Tips for Effective System Design

Do's

✅ Start with requirements - Understand what you're building before designing ✅ Be specific with numbers - Use actual metrics (100,000 users, <200ms latency) ✅ Document trade-offs - Explain why you chose option A over option B ✅ Use diagrams - Visual representations are clearer than text ✅ Think about failure - Design for component failures and degradation ✅ Keep it realistic - Don't over-engineer or under-estimate ✅ Reference best practices - Use the reference files for guidance ✅ Validate completeness - Use the validation script

Don'ts

❌ Don't be vague - "Handle many users" → "Support 100,000 concurrent users" ❌ Don't skip sections - Complete all 9 specification files ❌ Don't copy-paste without customization - Adapt to specific requirements ❌ Don't forget diagrams - Architecture diagrams are essential ❌ Don't ignore non-functional requirements - Performance, security, scalability matter ❌ Don't leave placeholders - Replace all TODOs with actual content ❌ Don't design in isolation - Consider the user's constraints and context

Common System Design Patterns

Small Application (MVP)

Architecture: Monolithic Stack: Next.js + PostgreSQL + Vercel Scale: <10,000 users

Medium Application (Growing Startup)

Architecture: Modular Monolith → Microservices transition Stack: Node.js/Python + PostgreSQL + Redis + AWS Scale: 10,000-500,000 users

Large Application (Enterprise)

Architecture: Microservices + Event-Driven Stack: Polyglot (Go/Java/Node.js) + PostgreSQL + Kafka + Kubernetes Scale: 500,000+ users

Real-Time Application

Architecture: Event-Driven + WebSockets Stack: Node.js + Redis + Kafka + PostgreSQL Examples: Chat, Live Dashboard, Collaborative Editing

High-Traffic Application

Architecture: Microservices + CDN + Multi-Region Stack: CDN + Load Balancer + Horizontal Services + Database Replicas Examples: E-commerce, Social Media, Video Streaming

Output Format

Always create a folder structure like this:

code

spec/
└── <system-name>/
    ├── README.md
    ├── 01-overview.md
    ├── 02-requirements.md
    ├── 03-architecture.md
    ├── 04-data-model.md
    ├── 05-api-design.md
    ├── 06-scalability.md
    ├── 07-security.md
    ├── 08-monitoring.md
    ├── 09-deployment.md
    └── diagrams/
        ├── architecture-overview.mmd
        ├── data-flow.mmd
        └── erd.mmd

All files should be comprehensive, professional, and production-ready.
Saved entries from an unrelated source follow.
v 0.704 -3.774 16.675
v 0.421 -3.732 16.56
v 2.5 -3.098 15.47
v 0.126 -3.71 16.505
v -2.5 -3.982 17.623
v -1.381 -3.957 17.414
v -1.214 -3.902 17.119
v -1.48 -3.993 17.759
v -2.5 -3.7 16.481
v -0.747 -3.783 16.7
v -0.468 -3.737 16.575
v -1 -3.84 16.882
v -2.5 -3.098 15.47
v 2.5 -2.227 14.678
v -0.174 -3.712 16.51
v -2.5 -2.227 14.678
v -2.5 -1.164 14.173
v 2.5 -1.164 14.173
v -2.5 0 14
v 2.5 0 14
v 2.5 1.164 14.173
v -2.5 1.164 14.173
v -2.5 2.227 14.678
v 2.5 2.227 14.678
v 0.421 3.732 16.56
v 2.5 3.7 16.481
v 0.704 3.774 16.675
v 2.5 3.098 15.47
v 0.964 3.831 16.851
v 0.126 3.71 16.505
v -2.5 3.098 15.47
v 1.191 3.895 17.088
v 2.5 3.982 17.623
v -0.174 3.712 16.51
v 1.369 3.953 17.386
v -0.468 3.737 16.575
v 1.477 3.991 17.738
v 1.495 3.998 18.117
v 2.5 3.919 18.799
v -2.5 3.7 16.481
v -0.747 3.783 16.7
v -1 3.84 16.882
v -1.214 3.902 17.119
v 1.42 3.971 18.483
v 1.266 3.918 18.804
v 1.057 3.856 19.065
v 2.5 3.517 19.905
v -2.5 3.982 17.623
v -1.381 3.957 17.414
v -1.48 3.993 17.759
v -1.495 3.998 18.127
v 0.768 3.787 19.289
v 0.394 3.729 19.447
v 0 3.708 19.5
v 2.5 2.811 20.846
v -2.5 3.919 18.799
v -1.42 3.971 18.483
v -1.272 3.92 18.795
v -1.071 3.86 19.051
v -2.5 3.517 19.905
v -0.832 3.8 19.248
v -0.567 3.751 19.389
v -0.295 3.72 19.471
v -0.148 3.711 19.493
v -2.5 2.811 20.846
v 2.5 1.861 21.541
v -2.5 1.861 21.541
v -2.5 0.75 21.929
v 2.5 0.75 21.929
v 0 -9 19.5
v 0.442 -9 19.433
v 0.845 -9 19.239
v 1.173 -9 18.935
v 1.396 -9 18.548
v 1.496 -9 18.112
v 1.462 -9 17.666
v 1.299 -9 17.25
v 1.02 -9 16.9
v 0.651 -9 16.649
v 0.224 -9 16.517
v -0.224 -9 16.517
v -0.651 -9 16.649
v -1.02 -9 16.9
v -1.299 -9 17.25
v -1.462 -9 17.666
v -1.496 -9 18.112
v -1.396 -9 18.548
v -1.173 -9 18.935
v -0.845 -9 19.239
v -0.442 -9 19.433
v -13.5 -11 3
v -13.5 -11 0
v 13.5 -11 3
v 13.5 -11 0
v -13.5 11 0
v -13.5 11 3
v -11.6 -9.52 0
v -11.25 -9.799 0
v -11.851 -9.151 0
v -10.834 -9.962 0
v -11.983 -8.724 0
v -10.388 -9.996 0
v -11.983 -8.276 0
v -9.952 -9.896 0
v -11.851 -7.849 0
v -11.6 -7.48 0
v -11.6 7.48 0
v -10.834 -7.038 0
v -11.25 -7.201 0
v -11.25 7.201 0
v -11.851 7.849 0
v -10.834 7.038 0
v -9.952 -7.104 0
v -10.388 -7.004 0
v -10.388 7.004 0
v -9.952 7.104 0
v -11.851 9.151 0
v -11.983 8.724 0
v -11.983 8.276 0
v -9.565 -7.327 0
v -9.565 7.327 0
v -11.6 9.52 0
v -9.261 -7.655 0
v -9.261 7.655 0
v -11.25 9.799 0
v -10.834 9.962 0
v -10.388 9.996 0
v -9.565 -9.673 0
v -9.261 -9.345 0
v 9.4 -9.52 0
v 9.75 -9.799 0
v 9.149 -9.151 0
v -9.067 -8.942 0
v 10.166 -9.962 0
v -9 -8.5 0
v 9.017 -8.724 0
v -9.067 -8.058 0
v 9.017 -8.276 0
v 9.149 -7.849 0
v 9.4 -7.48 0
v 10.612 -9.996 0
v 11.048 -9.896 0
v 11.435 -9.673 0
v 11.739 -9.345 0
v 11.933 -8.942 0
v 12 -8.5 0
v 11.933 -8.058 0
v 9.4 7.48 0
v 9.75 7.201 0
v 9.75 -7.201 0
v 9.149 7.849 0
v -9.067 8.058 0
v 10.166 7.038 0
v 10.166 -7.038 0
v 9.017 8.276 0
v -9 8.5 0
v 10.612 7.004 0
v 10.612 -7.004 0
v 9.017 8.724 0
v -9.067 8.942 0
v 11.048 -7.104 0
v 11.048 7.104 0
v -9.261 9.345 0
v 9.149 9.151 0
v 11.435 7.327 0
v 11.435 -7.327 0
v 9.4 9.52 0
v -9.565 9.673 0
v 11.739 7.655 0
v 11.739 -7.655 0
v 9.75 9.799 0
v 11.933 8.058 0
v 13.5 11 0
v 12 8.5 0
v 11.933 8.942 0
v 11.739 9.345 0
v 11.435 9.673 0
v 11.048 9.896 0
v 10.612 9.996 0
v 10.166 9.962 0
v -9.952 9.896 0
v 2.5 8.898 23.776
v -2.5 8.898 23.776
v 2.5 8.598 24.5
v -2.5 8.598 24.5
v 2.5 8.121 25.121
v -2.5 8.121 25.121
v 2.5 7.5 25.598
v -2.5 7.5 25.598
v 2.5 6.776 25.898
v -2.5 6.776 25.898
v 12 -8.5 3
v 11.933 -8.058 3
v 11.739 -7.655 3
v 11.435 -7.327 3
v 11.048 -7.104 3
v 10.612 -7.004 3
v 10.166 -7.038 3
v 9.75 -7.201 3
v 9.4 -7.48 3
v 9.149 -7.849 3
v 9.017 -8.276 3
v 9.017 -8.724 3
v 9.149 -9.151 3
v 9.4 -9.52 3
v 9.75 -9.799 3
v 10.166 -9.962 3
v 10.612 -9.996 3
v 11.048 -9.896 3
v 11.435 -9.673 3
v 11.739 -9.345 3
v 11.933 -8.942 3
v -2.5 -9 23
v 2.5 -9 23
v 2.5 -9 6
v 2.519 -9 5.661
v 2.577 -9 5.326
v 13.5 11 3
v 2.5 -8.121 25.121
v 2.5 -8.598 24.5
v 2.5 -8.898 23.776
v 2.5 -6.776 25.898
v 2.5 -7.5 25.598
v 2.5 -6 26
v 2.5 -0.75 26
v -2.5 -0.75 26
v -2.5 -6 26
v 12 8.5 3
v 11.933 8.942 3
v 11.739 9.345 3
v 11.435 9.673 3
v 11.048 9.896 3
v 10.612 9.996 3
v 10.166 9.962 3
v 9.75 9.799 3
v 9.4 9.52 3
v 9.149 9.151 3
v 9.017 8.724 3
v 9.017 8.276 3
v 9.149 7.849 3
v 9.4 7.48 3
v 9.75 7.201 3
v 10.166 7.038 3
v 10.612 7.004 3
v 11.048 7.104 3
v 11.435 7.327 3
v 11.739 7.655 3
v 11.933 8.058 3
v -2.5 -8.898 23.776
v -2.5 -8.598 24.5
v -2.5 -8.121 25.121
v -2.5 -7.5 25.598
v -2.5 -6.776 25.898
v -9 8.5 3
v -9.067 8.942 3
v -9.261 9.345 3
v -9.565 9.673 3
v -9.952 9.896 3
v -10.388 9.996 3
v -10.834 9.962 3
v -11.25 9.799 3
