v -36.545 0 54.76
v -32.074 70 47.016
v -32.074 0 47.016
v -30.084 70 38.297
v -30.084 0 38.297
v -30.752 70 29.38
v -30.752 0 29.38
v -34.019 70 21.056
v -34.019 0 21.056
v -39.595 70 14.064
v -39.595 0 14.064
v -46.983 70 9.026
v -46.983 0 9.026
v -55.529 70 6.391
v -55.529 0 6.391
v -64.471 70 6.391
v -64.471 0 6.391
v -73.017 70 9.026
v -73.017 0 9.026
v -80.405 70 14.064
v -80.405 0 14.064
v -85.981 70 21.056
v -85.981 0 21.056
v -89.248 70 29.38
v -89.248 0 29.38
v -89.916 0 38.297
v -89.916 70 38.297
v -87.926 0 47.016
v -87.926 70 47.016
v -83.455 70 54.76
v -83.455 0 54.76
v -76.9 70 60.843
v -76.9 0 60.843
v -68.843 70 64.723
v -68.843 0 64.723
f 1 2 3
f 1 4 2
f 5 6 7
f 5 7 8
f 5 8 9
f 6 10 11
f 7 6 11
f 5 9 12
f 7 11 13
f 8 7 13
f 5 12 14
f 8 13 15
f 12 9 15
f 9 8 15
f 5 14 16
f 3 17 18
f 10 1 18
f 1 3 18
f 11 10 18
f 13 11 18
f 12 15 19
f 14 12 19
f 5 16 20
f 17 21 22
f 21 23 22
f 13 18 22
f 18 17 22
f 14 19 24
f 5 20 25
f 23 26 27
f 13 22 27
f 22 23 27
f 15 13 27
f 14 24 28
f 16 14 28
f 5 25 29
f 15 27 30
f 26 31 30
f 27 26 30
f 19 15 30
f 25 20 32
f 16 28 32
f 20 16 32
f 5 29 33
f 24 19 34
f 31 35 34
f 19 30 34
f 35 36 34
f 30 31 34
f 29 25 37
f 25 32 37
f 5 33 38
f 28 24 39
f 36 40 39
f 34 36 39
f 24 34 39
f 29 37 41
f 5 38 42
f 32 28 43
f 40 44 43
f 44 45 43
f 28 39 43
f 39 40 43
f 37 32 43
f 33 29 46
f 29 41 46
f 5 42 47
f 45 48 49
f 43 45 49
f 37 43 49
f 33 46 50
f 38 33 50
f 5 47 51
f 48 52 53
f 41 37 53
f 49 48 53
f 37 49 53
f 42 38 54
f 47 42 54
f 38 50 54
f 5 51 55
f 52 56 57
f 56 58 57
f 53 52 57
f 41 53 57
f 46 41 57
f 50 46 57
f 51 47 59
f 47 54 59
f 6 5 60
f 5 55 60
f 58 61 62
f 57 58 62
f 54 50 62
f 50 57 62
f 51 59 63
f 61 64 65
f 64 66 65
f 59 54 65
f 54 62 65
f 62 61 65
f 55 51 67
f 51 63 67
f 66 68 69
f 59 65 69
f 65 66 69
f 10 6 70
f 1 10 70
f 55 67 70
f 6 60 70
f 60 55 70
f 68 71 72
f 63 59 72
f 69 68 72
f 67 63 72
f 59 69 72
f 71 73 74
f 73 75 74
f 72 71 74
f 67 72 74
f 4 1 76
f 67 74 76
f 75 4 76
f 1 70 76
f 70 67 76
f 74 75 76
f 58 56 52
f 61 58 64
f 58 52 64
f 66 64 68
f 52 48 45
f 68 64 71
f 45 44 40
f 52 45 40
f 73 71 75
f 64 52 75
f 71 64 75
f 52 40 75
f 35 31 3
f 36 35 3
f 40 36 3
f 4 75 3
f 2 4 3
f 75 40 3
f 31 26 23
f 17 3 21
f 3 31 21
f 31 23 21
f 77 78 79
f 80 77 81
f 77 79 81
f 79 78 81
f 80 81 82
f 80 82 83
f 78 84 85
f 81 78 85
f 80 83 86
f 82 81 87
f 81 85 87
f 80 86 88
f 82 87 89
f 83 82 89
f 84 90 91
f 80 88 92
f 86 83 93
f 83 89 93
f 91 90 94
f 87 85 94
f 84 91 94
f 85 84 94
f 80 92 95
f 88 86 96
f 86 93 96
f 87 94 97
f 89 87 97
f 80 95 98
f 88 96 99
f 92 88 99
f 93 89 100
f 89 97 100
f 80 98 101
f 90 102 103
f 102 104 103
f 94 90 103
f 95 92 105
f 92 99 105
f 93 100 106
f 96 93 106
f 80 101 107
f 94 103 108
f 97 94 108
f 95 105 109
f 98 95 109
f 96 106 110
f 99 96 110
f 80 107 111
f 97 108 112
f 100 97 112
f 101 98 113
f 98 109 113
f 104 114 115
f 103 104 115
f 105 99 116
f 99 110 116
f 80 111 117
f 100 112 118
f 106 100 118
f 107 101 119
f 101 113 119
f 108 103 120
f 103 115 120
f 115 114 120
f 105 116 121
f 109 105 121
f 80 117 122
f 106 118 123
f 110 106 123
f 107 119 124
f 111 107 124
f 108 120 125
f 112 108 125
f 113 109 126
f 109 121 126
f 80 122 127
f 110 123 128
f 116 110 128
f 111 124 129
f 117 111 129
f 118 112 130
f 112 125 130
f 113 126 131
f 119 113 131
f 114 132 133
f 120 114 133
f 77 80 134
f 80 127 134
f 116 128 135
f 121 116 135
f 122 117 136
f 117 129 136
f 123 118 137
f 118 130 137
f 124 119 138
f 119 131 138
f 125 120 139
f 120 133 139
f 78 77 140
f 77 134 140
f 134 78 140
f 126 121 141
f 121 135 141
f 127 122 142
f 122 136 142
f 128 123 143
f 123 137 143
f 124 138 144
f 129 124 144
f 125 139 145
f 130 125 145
Each section should contain specific, actionable information rather than placeholders or generic descriptions.

Summary

This skill enables you to create complete, professional system design specifications covering:

•Requirements (functional and non-functional)
•Architecture (components, patterns, decisions)
•Data modeling (schemas, relationships, indexing)
•API design (endpoints, contracts, authentication)
•Scalability (caching, load balancing, capacity planning)
•Security (threat model, encryption, access control)
•Monitoring (logging, metrics, alerting, SLOs)
•Deployment (CI/CD, infrastructure, disaster recovery)

Use the scripts to initialize and validate, and reference the guides for best practices. Always tailor the design to the specific requirements and constraints provided by the user.